**TASK DESCRIPTION:** Take the line with "f 502 503 345" and all lines after it, through the end of the records below, and repeat them exactly.

**DATA FOR REVIEW:**
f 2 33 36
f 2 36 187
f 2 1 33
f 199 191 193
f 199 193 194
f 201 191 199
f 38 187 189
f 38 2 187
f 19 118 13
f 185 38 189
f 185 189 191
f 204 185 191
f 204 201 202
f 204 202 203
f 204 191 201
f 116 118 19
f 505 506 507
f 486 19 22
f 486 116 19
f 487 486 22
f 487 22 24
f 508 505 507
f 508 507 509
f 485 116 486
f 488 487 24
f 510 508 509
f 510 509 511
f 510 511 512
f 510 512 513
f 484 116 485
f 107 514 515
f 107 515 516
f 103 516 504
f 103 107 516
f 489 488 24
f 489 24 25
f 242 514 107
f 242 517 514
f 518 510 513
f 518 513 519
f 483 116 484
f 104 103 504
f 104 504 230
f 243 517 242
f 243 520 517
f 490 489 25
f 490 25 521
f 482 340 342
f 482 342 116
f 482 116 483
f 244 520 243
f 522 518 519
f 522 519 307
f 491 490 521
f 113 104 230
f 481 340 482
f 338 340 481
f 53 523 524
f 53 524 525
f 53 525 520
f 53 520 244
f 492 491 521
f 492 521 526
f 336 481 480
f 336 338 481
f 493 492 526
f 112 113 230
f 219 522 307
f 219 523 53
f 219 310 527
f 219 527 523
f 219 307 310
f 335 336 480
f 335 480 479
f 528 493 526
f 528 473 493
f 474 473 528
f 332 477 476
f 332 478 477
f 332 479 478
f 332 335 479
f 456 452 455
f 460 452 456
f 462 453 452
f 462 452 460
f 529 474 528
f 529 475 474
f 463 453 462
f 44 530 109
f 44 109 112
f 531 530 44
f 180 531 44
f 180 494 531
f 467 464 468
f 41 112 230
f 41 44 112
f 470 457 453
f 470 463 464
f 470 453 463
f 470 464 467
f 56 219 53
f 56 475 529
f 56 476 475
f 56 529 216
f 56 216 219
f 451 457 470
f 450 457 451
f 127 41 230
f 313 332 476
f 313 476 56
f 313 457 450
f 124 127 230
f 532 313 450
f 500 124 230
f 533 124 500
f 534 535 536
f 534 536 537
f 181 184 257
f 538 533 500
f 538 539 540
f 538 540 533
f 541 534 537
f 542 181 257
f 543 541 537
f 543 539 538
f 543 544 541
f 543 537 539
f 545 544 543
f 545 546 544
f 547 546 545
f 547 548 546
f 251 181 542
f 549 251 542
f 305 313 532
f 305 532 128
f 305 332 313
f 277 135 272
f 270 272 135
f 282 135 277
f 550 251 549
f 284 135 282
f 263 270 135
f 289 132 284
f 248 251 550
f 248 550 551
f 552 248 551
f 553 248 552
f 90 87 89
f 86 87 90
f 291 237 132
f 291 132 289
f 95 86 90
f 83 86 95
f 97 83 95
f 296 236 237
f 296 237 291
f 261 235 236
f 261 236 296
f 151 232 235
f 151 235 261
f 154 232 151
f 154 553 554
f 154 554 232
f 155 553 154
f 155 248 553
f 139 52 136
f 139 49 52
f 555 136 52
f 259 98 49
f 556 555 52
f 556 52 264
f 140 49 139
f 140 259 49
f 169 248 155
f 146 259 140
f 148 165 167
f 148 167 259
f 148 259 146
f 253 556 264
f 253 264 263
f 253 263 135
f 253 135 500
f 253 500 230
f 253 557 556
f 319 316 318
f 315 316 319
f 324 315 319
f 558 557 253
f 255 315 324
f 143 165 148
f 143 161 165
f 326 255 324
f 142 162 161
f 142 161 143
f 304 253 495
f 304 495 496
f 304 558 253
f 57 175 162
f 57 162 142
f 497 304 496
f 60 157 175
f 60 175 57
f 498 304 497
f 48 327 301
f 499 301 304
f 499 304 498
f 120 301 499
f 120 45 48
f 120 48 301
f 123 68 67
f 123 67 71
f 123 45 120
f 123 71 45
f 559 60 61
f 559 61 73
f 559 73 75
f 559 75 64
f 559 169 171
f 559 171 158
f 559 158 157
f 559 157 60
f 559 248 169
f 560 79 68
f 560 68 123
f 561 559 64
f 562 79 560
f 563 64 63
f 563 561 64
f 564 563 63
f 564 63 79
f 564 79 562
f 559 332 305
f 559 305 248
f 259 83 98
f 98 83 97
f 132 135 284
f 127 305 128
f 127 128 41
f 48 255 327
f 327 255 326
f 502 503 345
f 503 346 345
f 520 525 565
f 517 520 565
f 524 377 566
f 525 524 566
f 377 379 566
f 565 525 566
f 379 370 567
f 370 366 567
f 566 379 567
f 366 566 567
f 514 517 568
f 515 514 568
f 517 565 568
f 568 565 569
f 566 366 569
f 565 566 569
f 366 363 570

**SOLUTION:**
f 502 503 345
f 503 346 345
f 520 525 565
f 517 520 565
f 524 377 566
f 525 524 566
f 377 379 566
f 565 525 566
f 379 370 567
f 370 366 567
f 566 379 567
f 366 566 567
f 514 517 568
f 515 514 568
f 517 565 568
f 568 565 569
f 566 366 569
f 565 566 569
f 366 363 570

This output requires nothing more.